According to the utilization method of multimodal data, traditional IMC methods can be roughly divided into four categories: IMC based on kernel learning Liu et al. [2020]; Rai et al. [2010], IMC based on matrix factorization, IMC based on graph, and IMC based on spectral clustering. Trivedi et al. proposed a kernel-based method Rai et al. [2010] that recovers the kernel matrix of incomplete views from the kernel matrix of complete views but requires one of the views to be all complete. To address this limitation, matrix factorization-based IMC methods Liu et al. [2013]; Zhao et al. [2017]; Yang et al. [2020a]; Hu and Chen [2018]; Li et al. [2014] use lower ranks to project parts of the data into a common subspace, formally similar to the K-means relaxation method MacQueen et al. [1967]. In the follow-up work, Linlin et al. Zong et al. [2020] introduced an indicator matrix to map non-existing instances into 0-element vectors, and Zhiqi et al. Yu et al. [2022] introduced a fusion matrix while learning the self-representation in the subspace, which further developed the IMC method based on matrix decomposition. However, feature-based matrix factorization methods generally cannot explore nonlinear data structures, while graph-based methods Peng et al. [2019]; Wen et al. [2021] can effectively deal with nonlinear data structures. For example, PSIMVC-PG Li et al. [2022] proposes a parameter-free clustering based on a prototype graph framework to handle non-linear data structures with lower complexity. In addition, the spectral clustering-based method Wang et al. [2019] can also deal with the nonlinearity in the data by constructing a Laplacian graph. For example, FMDC Qiang et al. [2021] uses a very short time to construct an anchor graph on different views, which significantly reduces the time cost. IMSC-AGLWen et al. [2018] used graph learning and spectral clustering to learn incomplete public representations for the first time, and achieved better results.

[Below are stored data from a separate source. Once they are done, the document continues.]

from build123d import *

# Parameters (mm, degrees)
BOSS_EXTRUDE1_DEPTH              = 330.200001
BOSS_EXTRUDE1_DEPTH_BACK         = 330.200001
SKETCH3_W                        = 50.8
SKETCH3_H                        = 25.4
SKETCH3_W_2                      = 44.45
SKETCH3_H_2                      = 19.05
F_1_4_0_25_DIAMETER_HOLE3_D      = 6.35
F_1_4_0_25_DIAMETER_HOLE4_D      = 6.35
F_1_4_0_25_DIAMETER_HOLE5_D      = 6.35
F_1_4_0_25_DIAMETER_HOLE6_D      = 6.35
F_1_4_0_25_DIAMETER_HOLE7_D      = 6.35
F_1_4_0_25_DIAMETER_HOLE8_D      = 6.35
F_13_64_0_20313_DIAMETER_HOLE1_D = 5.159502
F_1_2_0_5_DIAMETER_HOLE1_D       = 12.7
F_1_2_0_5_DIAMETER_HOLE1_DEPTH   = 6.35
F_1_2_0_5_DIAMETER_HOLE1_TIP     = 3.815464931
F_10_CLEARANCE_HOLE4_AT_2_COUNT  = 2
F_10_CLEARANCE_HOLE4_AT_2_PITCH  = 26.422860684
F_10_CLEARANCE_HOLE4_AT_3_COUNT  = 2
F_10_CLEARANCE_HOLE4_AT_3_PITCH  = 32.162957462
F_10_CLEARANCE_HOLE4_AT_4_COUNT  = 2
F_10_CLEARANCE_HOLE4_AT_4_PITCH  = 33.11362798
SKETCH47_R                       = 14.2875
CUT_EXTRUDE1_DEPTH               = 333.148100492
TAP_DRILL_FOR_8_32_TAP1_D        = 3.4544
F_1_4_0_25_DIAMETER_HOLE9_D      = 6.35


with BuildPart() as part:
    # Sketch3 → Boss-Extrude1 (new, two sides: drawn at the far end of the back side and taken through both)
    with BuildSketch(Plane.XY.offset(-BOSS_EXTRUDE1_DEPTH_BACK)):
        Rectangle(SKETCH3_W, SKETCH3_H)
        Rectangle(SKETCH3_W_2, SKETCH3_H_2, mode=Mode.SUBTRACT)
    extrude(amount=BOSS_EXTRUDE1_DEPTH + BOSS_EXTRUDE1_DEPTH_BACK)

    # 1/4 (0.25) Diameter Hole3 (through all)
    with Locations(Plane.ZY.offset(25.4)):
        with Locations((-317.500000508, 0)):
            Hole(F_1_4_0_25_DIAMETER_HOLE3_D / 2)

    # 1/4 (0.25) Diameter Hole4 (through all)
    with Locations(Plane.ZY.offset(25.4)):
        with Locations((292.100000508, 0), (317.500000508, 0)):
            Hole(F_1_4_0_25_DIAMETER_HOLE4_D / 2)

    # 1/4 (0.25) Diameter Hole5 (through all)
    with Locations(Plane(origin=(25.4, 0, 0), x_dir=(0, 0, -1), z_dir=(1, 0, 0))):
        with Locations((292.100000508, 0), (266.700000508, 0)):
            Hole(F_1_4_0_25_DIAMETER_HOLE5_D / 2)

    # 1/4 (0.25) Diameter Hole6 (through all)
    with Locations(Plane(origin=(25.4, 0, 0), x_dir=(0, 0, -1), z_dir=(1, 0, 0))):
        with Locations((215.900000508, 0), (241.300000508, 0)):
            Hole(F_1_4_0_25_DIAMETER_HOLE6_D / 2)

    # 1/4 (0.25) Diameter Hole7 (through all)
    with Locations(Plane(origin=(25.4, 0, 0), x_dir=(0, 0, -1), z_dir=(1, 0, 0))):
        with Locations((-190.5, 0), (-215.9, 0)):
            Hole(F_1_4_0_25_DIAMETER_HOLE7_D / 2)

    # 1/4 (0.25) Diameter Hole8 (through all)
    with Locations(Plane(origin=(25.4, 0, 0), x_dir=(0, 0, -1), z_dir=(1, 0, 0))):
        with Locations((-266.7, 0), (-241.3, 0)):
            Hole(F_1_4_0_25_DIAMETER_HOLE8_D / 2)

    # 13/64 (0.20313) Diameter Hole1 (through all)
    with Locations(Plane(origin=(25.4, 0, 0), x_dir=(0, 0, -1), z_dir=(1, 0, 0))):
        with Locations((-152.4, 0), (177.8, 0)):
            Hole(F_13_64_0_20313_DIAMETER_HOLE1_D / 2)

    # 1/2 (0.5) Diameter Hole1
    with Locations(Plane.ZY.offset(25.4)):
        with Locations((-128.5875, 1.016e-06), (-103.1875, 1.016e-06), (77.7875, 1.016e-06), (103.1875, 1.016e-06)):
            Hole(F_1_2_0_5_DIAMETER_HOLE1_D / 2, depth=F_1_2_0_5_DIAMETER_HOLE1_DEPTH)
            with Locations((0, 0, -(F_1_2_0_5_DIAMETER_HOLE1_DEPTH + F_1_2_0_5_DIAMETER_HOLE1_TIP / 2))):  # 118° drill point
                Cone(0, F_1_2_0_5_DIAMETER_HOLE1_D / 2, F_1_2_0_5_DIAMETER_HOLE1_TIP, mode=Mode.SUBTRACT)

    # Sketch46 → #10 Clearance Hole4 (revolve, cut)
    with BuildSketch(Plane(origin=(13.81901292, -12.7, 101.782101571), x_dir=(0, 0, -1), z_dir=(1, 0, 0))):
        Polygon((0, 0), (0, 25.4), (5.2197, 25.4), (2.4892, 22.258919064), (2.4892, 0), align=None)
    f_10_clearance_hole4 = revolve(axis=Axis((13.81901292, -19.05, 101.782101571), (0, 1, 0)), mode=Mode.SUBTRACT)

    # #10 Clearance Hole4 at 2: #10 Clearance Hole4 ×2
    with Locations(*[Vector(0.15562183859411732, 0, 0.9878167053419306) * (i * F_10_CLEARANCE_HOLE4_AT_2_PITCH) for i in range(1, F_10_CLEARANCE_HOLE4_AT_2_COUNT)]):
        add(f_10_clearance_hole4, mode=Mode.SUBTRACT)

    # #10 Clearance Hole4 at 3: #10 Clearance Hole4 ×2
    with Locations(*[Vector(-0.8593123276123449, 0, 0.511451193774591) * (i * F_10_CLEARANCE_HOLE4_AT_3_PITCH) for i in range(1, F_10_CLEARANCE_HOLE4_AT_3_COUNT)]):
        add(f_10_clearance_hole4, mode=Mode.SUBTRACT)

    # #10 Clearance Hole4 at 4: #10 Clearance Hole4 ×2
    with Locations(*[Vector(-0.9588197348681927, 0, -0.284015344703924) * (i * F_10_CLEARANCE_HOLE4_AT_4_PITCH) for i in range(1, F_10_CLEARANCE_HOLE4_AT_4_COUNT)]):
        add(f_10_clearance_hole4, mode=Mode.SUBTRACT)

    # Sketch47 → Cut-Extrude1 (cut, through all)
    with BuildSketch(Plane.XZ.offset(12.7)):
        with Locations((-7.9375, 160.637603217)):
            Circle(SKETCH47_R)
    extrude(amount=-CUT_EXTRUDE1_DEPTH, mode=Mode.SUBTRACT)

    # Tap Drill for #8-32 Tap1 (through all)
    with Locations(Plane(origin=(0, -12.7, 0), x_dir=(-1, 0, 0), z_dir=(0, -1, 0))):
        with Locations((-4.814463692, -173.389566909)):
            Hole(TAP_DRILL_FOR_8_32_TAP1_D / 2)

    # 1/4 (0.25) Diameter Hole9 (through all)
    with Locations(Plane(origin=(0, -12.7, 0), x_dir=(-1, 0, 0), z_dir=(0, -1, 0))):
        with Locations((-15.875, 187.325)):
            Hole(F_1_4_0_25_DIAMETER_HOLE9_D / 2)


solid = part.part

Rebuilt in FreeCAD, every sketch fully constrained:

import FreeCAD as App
import Part
import Sketcher
from FreeCAD import Vector
Q = App.Units.Quantity


def add_polygon(sketch, points):
    """Adds a closed chain of lines whose ends are joined by coincident constraints."""
    first, n = sketch.GeometryCount, len(points)
    for a, b in zip(points, points[1:] + points[:1]):
        sketch.addGeometry(Part.LineSegment(App.Vector(*a, 0), App.Vector(*b, 0)), False)
    for i in range(n):
        sketch.addConstraint(Sketcher.Constraint("Coincident", first + i, 2, first + (i + 1) % n, 1))

doc = App.newDocument("Part")
body = doc.addObject("PartDesign::Body", "Body")

# Sketch on XY plane
sketch1 = doc.addObject("Sketcher::SketchObject", "Sketch")
body.addObject(sketch1)
sketch1.AttachmentSupport = (doc.XY_Plane, [""])
sketch1.MapMode = "FlatFace"
add_polygon(sketch1, [(-25.4, 12.7), (-25.4, -12.7), (25.4, -12.7), (25.4, 12.7)])  # lines 0-3
add_polygon(sketch1, [(22.225, -9.525), (-22.225, -9.525), (-22.225, 9.525), (22.225, 9.525)])  # lines 4-7
sketch1.addConstraint(Sketcher.Constraint("Vertical", 0))
sketch1.addConstraint(Sketcher.Constraint("Horizontal", 1))
sketch1.addConstraint(Sketcher.Constraint("Vertical", 2))
sketch1.addConstraint(Sketcher.Constraint("Horizontal", 3))
sketch1.addConstraint(Sketcher.Constraint("Horizontal", 4))
sketch1.addConstraint(Sketcher.Constraint("Vertical", 5))
sketch1.addConstraint(Sketcher.Constraint("Horizontal", 6))
sketch1.addConstraint(Sketcher.Constraint("Vertical", 7))
sketch1.addConstraint(Sketcher.Constraint("Symmetric", 0, 2, 2, 2, -1, 1))
sketch1.addConstraint(Sketcher.Constraint("Symmetric", 4, 2, 6, 2, -1, 1))
sketch1.addConstraint(Sketcher.Constraint("DistanceX", 1, 1, 1, 2, Q("2 in")))
sketch1.addConstraint(Sketcher.Constraint("DistanceY", 0, 2, 0, 1, Q("1 in")))
sketch1.addConstraint(Sketcher.Constraint("DistanceX", 4, 2, 4, 1, Q("1.75 in")))
sketch1.addConstraint(Sketcher.Constraint("DistanceY", 5, 1, 5, 2, Q("0.75 in")))
pad1 = doc.addObject("PartDesign::Pad", "Pad")
body.addObject(pad1)
pad1.Profile = sketch1
pad1.Type = "TwoLengths"
pad1.Length = Q("13 in")
pad1.Length2 = Q("13 in")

However, traditional IMC methods have limitations in terms of representation ability and high complexity. In recent years, the self-supervised IMC method Jiang et al. [2019]; Wang et al. [2018]; Xu et al. [2019]; Lin et al. [2021]; Zhang et al. [2019]; Wang et al. [2015]; Andrew et al. [2013]; Wang et al. [2021] based on deep learning has attracted attention, and this method combined with deep neural networks shows strong generalization ability. The differences between this work and existing studies are as follows. CIMIC-GAN belongs to a deep IMC framework, which has better scalability than traditional IMC methods. Most existing IMC methods Liu et al. [2013]; Zhao et al. [2017]; Yang et al. [2020a]; Xu et al. [2019]; Lin et al. [2021]; Wen et al. [2019]; Andrew et al. [2013]; Wang et al. [2019] can only infer and generate missing data with consistency learned from complete data, but can’t properly use incomplete data, wasting the hidden information contained in the training set’s incomplete data. In contrast, we leverage GAN to fill in the missing views and train the prediction network with the new data generated. Therefore, we target the problem that incomplete data in IMC cannot be used or trained. It can even outperform other methods in extreme circumstances where the missing rate is exceedingly high.

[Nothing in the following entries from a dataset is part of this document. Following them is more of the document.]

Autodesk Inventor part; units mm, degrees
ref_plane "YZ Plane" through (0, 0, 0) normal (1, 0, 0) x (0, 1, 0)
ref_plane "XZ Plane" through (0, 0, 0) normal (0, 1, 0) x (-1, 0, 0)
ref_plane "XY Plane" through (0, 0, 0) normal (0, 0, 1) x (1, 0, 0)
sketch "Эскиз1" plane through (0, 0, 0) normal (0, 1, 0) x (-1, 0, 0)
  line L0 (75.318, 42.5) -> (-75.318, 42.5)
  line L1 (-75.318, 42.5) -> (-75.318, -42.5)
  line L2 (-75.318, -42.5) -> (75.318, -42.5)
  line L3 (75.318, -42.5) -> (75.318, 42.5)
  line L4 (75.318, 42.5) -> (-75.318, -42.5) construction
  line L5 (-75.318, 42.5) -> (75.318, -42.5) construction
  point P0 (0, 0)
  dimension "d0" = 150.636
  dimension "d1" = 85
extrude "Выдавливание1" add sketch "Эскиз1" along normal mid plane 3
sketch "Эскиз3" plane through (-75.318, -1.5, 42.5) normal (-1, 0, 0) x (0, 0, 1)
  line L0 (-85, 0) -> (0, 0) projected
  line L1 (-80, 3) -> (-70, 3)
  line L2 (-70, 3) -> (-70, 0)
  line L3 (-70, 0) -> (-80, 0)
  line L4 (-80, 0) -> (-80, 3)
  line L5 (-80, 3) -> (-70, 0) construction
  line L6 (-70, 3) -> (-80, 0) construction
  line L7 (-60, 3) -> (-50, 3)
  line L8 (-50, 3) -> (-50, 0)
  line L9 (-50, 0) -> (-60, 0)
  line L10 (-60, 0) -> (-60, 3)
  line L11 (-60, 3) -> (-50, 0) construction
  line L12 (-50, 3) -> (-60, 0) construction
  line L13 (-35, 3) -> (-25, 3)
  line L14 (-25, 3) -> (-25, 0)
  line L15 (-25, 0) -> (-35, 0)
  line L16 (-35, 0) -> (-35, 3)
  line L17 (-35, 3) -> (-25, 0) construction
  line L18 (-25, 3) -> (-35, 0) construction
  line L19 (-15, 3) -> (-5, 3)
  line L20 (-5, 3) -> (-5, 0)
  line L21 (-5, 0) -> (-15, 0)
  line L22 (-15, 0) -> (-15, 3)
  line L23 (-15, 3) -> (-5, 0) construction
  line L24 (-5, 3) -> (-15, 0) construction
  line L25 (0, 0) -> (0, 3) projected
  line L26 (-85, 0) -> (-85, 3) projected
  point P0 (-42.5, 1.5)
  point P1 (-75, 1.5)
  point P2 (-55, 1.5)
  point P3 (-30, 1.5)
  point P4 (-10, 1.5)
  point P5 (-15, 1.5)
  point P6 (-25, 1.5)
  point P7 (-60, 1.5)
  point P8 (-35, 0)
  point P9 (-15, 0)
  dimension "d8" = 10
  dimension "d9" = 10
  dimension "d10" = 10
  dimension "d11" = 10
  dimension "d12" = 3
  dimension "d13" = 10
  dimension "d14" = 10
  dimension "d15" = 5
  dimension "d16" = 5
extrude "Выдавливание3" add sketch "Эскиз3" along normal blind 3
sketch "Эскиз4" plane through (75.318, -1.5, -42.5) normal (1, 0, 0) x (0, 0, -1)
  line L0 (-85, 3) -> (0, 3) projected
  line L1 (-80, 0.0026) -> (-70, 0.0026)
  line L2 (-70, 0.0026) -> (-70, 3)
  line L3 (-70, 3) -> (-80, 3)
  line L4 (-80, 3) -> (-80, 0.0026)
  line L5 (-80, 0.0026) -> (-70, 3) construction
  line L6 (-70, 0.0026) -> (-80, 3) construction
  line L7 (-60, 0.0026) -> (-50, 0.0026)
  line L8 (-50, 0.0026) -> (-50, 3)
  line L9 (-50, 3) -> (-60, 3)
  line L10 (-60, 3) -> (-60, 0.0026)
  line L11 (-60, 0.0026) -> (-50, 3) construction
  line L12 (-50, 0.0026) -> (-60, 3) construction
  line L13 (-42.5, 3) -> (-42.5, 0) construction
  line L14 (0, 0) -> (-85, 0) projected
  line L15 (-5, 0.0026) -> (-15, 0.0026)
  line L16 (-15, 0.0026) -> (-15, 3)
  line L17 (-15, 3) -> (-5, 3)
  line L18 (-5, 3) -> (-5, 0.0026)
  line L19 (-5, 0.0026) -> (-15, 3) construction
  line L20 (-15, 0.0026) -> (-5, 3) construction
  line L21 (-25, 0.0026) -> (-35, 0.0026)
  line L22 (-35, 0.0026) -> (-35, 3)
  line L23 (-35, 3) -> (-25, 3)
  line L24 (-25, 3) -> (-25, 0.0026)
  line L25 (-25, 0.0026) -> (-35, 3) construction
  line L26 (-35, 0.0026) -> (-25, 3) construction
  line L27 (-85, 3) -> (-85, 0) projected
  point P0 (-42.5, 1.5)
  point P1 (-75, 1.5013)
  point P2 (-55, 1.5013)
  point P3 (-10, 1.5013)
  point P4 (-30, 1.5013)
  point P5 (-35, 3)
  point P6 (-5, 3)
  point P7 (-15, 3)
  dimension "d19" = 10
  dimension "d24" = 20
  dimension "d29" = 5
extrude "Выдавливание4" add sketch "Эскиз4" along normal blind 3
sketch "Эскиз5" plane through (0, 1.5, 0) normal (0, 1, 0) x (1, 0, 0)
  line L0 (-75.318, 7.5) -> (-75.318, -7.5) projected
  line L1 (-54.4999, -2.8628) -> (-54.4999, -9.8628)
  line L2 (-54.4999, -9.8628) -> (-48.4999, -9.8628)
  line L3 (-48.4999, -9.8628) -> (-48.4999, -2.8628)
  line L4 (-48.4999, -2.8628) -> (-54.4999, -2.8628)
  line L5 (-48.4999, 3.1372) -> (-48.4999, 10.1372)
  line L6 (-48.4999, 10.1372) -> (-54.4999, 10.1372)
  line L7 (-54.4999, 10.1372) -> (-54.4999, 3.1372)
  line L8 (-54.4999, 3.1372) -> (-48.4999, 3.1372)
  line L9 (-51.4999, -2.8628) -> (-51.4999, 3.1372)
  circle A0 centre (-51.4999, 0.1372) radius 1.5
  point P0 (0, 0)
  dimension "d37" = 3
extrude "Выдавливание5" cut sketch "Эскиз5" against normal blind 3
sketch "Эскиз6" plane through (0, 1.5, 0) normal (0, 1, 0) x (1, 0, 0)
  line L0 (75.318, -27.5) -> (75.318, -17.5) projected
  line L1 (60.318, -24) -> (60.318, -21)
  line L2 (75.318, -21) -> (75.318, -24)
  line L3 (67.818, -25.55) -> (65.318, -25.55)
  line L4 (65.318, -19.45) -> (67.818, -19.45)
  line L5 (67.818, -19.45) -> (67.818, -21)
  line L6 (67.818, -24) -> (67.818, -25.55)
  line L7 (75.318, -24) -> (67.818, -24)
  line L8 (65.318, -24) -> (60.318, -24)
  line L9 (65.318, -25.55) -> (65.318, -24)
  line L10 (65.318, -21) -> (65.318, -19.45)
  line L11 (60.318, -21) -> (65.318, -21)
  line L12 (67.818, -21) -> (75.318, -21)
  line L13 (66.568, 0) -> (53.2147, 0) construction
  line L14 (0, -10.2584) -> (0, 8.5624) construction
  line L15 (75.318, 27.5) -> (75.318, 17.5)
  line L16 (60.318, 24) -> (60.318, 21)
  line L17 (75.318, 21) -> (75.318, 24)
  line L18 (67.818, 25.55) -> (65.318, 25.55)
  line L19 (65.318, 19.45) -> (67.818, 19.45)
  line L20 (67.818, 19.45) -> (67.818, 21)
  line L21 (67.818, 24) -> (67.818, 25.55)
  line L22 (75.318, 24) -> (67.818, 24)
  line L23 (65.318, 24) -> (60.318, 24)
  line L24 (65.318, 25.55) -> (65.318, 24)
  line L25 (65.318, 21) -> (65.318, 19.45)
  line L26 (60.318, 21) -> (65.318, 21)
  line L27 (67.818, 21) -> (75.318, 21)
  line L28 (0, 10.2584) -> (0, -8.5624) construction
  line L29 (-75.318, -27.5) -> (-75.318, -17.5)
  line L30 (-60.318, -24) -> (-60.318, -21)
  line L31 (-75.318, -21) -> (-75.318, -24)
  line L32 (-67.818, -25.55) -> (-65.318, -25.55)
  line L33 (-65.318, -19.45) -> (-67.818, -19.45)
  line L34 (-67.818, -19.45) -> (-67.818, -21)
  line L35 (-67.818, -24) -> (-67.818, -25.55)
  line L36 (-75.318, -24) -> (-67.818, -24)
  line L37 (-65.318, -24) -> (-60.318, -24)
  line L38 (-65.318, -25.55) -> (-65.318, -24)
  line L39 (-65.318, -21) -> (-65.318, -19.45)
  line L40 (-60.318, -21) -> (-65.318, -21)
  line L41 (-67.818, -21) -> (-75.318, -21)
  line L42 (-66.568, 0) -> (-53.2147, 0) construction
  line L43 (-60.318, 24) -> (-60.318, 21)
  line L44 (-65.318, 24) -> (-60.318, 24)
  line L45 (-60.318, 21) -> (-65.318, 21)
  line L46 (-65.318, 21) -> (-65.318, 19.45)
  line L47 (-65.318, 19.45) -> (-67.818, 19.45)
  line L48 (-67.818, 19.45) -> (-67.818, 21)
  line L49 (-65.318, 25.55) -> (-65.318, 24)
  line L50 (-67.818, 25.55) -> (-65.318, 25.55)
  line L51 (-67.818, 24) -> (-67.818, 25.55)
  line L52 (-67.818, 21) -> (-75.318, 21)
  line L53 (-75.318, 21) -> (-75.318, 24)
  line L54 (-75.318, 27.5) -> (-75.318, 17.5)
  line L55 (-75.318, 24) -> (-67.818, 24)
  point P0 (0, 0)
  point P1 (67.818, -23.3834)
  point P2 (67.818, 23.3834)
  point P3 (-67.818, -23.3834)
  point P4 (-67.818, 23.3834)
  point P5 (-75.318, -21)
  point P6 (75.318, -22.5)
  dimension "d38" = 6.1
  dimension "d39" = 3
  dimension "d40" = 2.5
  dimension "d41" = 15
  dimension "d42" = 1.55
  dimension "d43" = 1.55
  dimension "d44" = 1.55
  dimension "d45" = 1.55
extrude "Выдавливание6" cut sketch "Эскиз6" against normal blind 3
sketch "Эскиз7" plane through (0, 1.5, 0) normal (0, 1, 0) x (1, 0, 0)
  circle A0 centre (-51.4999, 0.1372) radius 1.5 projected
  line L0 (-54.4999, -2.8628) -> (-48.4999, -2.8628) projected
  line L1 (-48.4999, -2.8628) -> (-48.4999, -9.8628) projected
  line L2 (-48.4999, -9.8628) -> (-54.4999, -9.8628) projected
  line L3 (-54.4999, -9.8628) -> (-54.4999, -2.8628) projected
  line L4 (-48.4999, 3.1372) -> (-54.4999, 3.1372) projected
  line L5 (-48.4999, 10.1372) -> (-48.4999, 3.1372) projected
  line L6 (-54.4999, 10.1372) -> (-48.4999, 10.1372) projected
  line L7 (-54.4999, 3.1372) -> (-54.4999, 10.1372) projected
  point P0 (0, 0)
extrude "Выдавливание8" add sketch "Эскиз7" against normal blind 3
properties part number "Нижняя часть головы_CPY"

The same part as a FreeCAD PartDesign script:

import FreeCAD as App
import Part
import Sketcher
Q = App.Units.Quantity


def add_polygon(sketch, points):
    """Adds a closed chain of lines whose ends are joined by coincident constraints."""
    first, n = sketch.GeometryCount, len(points)
    for a, b in zip(points, points[1:] + points[:1]):
        sketch.addGeometry(Part.LineSegment(App.Vector(*a, 0), App.Vector(*b, 0)), False)
    for i in range(n):
        sketch.addConstraint(Sketcher.Constraint("Coincident", first + i, 2, first + (i + 1) % n, 1))

doc = App.newDocument("Part")
body = doc.addObject("PartDesign::Body", "Body")

sketch1 = doc.addObject("Sketcher::SketchObject", "Sketch")
body.addObject(sketch1)
sketch1.AttachmentSupport = (doc.XZ_Plane, [""])
sketch1.MapMode = "FlatFace"
add_polygon(sketch1, [(-75, -42), (-75, 42), (75, 42), (75, -42)])
sketch1.addConstraint([
    Sketcher.Constraint("Vertical", 0),
    Sketcher.Constraint("Horizontal", 1),
    Sketcher.Constraint("Vertical", 2),
    Sketcher.Constraint("Horizontal", 3),
    Sketcher.Constraint("Symmetric", 0, 2, 2, 2, -1, 1),
    Sketcher.Constraint("DistanceY", 0, 1, 0, 2, Q("85 mm")),
    Sketcher.Constraint("DistanceX", 1, 1, 1, 2, Q("150.636 mm")),
])
pad1 = doc.addObject("PartDesign::Pad", "Pad")
body.addObject(pad1)
pad1.Profile = sketch1
pad1.Length = 3
pad1.Midplane = True

sketch2 = doc.addObject("Sketcher::SketchObject", "Sketch001")
body.addObject(sketch2)
sketch2.AttachmentSupport = (doc.YZ_Plane, [""])
sketch2.MapMode = "FlatFace"
sketch2.AttachmentOffset = App.Placement(App.Vector(0, 0, -75.318), App.Rotation())
add_polygon(sketch2, [(1.5, -37.5), (-1.5, -37.5), (-1.5, -27.5), (1.5, -27.5)])
add_polygon(sketch2, [(1.5, 27.5), (-1.5, 27.5), (-1.5, 37.5), (1.5, 37.5)])
add_polygon(sketch2, [(1.5, 7.5), (-1.5, 7.5), (-1.5, 17.5), (1.5, 17.5)])
add_polygon(sketch2, [(1.5, -17.5), (-1.5, -17.5), (-1.5, -7.5), (1.5, -7.5)])
sketch2.addConstraint([
    Sketcher.Constraint("Horizontal", 0),
    Sketcher.Constraint("Vertical", 1),
    Sketcher.Constraint("Horizontal", 2),
    Sketcher.Constraint("Vertical", 3),
    Sketcher.Constraint("Horizontal", 4),
    Sketcher.Constraint("Vertical", 5),
    Sketcher.Constraint("Horizontal", 6),
    Sketcher.Constraint("Vertical", 7),
    Sketcher.Constraint("Horizontal", 8),
    Sketcher.Constraint("Vertical", 9),
    Sketcher.Constraint("Horizontal", 10),
    Sketcher.Constraint("Vertical", 11),
    Sketcher.Constraint("Horizontal", 12),
    Sketcher.Constraint("Vertical", 13),
    Sketcher.Constraint("Horizontal", 14),
    Sketcher.Constraint("Vertical", 15),
    Sketcher.Constraint("Symmetric", 2, 2, 4, 2, -1, 1),
    Sketcher.Constraint("Symmetric", 0, 2, 6, 2, -1, 1),
    Sketcher.Constraint("Symmetric", 10, 2, 12, 2, -1, 1),
    Sketcher.Constraint("Symmetric", 8, 2, 14, 2, -1, 1),
    Sketcher.Constraint("Vertical", 1, 2, 4, 2),
    Sketcher.Constraint("Vertical", 5, 2, 8, 2),
    Sketcher.Constraint("Vertical", 7, 2, 10, 2),
    Sketcher.Constraint("Equal", 7, 9),
    Sketcher.Constraint("DistanceX", 0, 2, 0, 1, Q("3 mm")),
    Sketcher.Constraint("DistanceY", 1, 1, 1, 2, Q("10 mm")),
    Sketcher.Constraint("DistanceY", 9, 2, 4, 2, Q("10 mm")),
    Sketcher.Constraint("DistanceY", 1, 2, 4, 2, Q("55 mm")),
])
pad2 = doc.addObject("PartDesign::Pad", "Pad001")
body.addObject(pad2)
pad2.Profile = sketch2
pad2.Length = 3
pad2.Reversed = True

2.3 Generative Adversarial Networks (GAN)

Recently, there have been several approaches utilizing GANs Goodfellow et al. [2014] for multi-view learning, such as CycleGAN Zhu et al. [2017]; Yang et al. [2020b] and StarGAN Choi et al. [2018]. Wang et al. proposed a generative adversarial network (GAN) based deep IMC method Wang et al. [2018]; Goodfellow et al. [2014]. It uses one view to generate missing data for another view of recurrent GAN Zhu et al. [2017]. However, the accompanying challenge of cross-modal generation is how to narrow the differences between different modalities. To overcome this problem, CAD Hu et al. [2021] fills the heterogeneity gap between modalities by matching the synthesized data in the feature space with the help of two groups of specific GANs and a discriminative mechanism across modalities. However, GANs mostly adopt shallow models, which are difficult to capture deep semantic understanding. AIMC Xu et al. [2019] uses deeper networks to perform missing data inference while finding the common latent space of multiple view data.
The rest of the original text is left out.